-- Opening Marker --

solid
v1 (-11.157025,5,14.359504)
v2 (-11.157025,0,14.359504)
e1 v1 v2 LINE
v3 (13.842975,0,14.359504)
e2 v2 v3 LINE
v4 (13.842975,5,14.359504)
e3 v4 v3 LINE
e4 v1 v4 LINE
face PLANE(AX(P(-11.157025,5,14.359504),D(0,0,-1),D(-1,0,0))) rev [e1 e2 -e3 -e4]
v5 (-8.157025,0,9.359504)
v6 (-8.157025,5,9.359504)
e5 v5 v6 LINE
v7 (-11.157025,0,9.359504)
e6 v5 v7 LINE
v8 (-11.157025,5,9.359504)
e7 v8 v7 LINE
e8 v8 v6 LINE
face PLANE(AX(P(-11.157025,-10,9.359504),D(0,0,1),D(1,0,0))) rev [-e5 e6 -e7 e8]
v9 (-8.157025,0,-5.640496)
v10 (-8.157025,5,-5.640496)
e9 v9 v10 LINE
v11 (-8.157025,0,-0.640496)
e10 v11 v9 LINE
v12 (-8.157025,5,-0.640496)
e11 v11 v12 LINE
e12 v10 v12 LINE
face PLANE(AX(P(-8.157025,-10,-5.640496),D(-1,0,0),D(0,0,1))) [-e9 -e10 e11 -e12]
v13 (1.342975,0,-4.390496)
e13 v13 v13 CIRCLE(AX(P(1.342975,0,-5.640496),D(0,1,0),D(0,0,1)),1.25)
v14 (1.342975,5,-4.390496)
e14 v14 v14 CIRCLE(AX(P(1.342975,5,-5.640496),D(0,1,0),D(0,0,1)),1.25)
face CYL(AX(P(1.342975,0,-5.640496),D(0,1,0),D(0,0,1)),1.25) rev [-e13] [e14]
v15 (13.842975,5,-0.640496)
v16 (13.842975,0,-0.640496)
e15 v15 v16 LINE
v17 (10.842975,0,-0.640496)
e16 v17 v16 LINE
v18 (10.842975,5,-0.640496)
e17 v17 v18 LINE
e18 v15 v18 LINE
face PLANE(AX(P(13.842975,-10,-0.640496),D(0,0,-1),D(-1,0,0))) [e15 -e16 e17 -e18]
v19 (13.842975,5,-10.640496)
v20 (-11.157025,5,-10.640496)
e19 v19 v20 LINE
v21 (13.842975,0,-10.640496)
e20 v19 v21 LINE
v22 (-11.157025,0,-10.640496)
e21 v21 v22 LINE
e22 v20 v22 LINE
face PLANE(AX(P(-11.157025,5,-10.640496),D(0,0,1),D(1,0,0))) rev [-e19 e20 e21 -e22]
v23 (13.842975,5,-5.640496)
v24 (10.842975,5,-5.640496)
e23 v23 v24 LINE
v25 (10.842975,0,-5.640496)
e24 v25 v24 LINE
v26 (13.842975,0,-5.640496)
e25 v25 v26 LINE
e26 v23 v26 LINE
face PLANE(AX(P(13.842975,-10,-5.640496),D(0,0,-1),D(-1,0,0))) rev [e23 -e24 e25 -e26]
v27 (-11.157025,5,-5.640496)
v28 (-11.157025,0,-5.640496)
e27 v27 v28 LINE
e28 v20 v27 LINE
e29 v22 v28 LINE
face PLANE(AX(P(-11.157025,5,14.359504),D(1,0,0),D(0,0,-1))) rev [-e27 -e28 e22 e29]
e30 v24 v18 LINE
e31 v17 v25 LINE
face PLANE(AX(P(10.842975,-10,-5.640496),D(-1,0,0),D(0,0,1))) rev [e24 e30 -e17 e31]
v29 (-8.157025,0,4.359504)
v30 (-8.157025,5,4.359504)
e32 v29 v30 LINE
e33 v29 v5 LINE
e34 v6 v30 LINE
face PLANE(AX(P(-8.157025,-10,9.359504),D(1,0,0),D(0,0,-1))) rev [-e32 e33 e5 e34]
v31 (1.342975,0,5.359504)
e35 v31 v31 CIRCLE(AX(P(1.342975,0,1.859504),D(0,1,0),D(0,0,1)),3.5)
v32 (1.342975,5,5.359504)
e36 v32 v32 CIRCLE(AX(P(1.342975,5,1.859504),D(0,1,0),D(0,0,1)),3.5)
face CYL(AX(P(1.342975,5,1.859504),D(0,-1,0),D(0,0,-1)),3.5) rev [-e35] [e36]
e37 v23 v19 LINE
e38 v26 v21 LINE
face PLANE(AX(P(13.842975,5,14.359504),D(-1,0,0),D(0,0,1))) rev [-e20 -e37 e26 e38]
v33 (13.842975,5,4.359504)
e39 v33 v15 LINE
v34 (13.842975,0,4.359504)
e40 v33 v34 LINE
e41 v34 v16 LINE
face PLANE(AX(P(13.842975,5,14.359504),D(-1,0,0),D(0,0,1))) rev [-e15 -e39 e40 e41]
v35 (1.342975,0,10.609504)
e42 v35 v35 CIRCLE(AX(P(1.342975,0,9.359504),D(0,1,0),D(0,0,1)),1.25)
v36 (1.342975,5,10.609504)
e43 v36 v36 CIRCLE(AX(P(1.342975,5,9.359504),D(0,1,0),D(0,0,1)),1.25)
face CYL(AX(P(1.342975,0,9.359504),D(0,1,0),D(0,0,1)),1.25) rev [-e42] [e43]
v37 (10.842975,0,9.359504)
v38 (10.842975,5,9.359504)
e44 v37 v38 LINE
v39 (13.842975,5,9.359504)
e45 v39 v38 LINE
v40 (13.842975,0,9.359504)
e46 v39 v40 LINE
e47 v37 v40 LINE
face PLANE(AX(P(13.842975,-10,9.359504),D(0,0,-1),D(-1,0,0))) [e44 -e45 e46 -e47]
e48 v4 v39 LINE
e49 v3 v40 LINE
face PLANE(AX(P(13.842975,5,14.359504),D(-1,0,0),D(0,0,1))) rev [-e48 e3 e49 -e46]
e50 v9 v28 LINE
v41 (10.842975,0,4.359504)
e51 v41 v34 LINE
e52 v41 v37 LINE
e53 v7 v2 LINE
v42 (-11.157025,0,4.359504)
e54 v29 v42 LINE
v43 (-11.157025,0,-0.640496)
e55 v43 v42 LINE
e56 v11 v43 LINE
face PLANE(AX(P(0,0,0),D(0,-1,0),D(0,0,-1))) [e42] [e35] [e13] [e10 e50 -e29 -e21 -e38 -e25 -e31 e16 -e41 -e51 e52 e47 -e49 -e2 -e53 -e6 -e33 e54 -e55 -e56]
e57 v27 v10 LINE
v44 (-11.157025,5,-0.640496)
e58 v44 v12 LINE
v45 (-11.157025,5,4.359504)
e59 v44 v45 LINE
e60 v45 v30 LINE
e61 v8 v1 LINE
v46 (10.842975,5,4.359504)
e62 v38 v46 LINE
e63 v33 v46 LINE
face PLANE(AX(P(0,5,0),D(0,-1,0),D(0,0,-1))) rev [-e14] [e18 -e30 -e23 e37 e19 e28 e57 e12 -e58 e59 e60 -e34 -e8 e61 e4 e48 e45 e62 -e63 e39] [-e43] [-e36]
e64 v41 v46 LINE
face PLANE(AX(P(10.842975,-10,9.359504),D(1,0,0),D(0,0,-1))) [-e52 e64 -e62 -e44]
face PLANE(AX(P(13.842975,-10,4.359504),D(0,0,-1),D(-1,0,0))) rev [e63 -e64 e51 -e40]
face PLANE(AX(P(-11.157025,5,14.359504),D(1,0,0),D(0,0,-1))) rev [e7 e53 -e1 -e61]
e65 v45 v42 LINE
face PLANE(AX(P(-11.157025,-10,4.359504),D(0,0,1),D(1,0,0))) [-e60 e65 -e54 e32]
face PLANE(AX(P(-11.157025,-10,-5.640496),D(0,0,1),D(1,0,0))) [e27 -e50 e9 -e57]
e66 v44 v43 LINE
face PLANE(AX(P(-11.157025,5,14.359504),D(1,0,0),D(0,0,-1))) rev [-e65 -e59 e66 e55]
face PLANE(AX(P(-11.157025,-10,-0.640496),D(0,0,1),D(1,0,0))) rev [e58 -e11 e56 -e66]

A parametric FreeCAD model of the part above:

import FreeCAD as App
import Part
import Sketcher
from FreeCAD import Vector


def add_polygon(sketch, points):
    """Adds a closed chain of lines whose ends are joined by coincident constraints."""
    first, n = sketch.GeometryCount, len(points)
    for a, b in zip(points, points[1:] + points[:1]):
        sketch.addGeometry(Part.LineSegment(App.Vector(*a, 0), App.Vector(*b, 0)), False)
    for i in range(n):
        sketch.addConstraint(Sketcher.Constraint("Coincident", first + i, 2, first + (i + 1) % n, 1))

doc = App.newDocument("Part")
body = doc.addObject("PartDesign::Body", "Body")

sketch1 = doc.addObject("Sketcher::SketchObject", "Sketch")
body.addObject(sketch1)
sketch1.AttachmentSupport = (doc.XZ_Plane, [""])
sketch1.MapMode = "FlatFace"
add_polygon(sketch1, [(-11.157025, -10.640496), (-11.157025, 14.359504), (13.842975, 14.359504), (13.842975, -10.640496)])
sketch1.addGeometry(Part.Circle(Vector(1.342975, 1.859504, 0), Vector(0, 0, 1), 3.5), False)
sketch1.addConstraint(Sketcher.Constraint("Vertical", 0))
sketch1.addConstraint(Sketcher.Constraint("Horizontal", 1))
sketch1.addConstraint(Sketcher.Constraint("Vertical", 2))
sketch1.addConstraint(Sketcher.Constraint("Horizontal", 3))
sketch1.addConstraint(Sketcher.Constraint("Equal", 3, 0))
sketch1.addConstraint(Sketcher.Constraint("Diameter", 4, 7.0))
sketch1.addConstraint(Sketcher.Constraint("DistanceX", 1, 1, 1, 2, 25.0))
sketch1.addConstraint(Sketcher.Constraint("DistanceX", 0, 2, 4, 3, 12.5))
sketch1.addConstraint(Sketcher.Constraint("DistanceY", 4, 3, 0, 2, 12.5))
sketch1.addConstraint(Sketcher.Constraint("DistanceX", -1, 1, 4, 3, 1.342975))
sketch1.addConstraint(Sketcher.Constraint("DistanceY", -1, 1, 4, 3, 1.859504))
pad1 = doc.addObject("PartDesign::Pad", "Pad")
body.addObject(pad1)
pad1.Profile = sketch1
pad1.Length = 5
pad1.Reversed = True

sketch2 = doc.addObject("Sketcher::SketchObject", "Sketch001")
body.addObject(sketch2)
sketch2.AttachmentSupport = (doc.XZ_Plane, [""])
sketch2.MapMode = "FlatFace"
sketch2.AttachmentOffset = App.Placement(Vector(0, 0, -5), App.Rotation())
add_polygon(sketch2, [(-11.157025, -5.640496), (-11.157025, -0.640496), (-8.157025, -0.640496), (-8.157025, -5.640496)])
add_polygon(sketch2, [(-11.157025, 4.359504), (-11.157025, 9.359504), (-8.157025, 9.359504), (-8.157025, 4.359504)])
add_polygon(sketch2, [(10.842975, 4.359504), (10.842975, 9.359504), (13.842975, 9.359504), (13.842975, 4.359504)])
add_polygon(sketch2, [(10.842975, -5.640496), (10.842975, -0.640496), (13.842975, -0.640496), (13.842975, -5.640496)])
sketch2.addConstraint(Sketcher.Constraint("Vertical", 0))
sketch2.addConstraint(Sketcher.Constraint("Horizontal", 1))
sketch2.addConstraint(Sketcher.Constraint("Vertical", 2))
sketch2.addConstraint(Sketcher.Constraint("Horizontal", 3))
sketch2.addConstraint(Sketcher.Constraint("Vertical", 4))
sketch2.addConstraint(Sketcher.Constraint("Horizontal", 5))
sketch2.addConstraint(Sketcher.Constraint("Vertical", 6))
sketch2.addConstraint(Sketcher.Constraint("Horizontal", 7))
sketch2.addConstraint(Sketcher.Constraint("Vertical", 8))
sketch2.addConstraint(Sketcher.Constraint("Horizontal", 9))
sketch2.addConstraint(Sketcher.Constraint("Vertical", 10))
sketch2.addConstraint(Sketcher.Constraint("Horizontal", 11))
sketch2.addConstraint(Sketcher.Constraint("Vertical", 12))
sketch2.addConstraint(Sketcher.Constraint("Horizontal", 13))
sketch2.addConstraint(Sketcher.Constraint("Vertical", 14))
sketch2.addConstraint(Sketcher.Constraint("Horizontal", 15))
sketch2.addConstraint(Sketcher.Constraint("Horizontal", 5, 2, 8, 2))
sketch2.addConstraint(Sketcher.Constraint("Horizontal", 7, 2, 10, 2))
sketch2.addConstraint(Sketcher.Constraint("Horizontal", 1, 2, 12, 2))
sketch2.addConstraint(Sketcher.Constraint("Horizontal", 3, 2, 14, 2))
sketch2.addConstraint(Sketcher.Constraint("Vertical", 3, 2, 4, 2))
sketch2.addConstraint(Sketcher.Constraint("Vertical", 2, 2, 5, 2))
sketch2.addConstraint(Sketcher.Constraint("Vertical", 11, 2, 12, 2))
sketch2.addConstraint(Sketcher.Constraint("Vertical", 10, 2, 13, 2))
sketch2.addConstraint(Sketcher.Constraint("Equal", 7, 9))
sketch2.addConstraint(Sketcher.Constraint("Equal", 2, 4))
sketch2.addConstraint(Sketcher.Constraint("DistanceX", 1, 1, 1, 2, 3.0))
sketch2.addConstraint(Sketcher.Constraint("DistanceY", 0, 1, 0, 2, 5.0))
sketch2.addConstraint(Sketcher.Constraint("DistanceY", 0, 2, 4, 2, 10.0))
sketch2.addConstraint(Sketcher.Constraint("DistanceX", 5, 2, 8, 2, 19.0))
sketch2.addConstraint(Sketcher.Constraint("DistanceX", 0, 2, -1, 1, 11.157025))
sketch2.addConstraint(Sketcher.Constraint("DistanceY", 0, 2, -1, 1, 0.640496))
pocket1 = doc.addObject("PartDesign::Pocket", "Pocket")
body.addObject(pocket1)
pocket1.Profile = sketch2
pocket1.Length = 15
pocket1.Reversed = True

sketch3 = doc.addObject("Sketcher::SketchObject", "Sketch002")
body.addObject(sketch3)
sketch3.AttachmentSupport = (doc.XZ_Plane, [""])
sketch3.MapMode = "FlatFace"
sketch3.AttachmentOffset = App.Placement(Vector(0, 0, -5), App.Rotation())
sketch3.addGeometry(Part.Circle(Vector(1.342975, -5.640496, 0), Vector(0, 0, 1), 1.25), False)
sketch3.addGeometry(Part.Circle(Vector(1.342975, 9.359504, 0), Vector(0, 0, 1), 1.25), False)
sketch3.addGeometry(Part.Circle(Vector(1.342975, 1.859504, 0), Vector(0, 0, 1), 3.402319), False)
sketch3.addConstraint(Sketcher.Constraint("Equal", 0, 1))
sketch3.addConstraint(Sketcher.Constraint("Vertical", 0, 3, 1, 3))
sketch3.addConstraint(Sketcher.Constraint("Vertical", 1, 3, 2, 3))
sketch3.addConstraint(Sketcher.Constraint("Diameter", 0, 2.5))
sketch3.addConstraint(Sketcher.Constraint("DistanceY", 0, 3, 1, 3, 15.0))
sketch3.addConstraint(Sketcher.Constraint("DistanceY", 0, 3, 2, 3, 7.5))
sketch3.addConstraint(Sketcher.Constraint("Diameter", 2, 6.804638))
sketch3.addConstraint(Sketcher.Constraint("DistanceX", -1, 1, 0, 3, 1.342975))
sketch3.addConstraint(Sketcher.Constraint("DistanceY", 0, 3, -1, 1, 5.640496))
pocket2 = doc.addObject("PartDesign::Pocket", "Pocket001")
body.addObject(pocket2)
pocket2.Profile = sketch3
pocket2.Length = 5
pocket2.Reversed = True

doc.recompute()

-- Closing Marker --

WHAT IS BEING ASKED:
Word for word, restate the listing above from its first line to the line with "-e24 e25 -e26]", keeping both.

ANSWER TO THIS TASK:
solid
v1 (-11.157025,5,14.359504)
v2 (-11.157025,0,14.359504)
e1 v1 v2 LINE
v3 (13.842975,0,14.359504)
e2 v2 v3 LINE
v4 (13.842975,5,14.359504)
e3 v4 v3 LINE
e4 v1 v4 LINE
face PLANE(AX(P(-11.157025,5,14.359504),D(0,0,-1),D(-1,0,0))) rev [e1 e2 -e3 -e4]
v5 (-8.157025,0,9.359504)
v6 (-8.157025,5,9.359504)
e5 v5 v6 LINE
v7 (-11.157025,0,9.359504)
e6 v5 v7 LINE
v8 (-11.157025,5,9.359504)
e7 v8 v7 LINE
e8 v8 v6 LINE
face PLANE(AX(P(-11.157025,-10,9.359504),D(0,0,1),D(1,0,0))) rev [-e5 e6 -e7 e8]
v9 (-8.157025,0,-5.640496)
v10 (-8.157025,5,-5.640496)
e9 v9 v10 LINE
v11 (-8.157025,0,-0.640496)
e10 v11 v9 LINE
v12 (-8.157025,5,-0.640496)
e11 v11 v12 LINE
e12 v10 v12 LINE
face PLANE(AX(P(-8.157025,-10,-5.640496),D(-1,0,0),D(0,0,1))) [-e9 -e10 e11 -e12]
v13 (1.342975,0,-4.390496)
e13 v13 v13 CIRCLE(AX(P(1.342975,0,-5.640496),D(0,1,0),D(0,0,1)),1.25)
v14 (1.342975,5,-4.390496)
e14 v14 v14 CIRCLE(AX(P(1.342975,5,-5.640496),D(0,1,0),D(0,0,1)),1.25)
face CYL(AX(P(1.342975,0,-5.640496),D(0,1,0),D(0,0,1)),1.25) rev [-e13] [e14]
v15 (13.842975,5,-0.640496)
v16 (13.842975,0,-0.640496)
e15 v15 v16 LINE
v17 (10.842975,0,-0.640496)
e16 v17 v16 LINE
v18 (10.842975,5,-0.640496)
e17 v17 v18 LINE
e18 v15 v18 LINE
face PLANE(AX(P(13.842975,-10,-0.640496),D(0,0,-1),D(-1,0,0))) [e15 -e16 e17 -e18]
v19 (13.842975,5,-10.640496)
v20 (-11.157025,5,-10.640496)
e19 v19 v20 LINE
v21 (13.842975,0,-10.640496)
e20 v19 v21 LINE
v22 (-11.157025,0,-10.640496)
e21 v21 v22 LINE
e22 v20 v22 LINE
face PLANE(AX(P(-11.157025,5,-10.640496),D(0,0,1),D(1,0,0))) rev [-e19 e20 e21 -e22]
v23 (13.842975,5,-5.640496)
v24 (10.842975,5,-5.640496)
e23 v23 v24 LINE
v25 (10.842975,0,-5.640496)
e24 v25 v24 LINE
v26 (13.842975,0,-5.640496)
e25 v25 v26 LINE
e26 v23 v26 LINE
face PLANE(AX(P(13.842975,-10,-5.640496),D(0,0,-1),D(-1,0,0))) rev [e23 -e24 e25 -e26]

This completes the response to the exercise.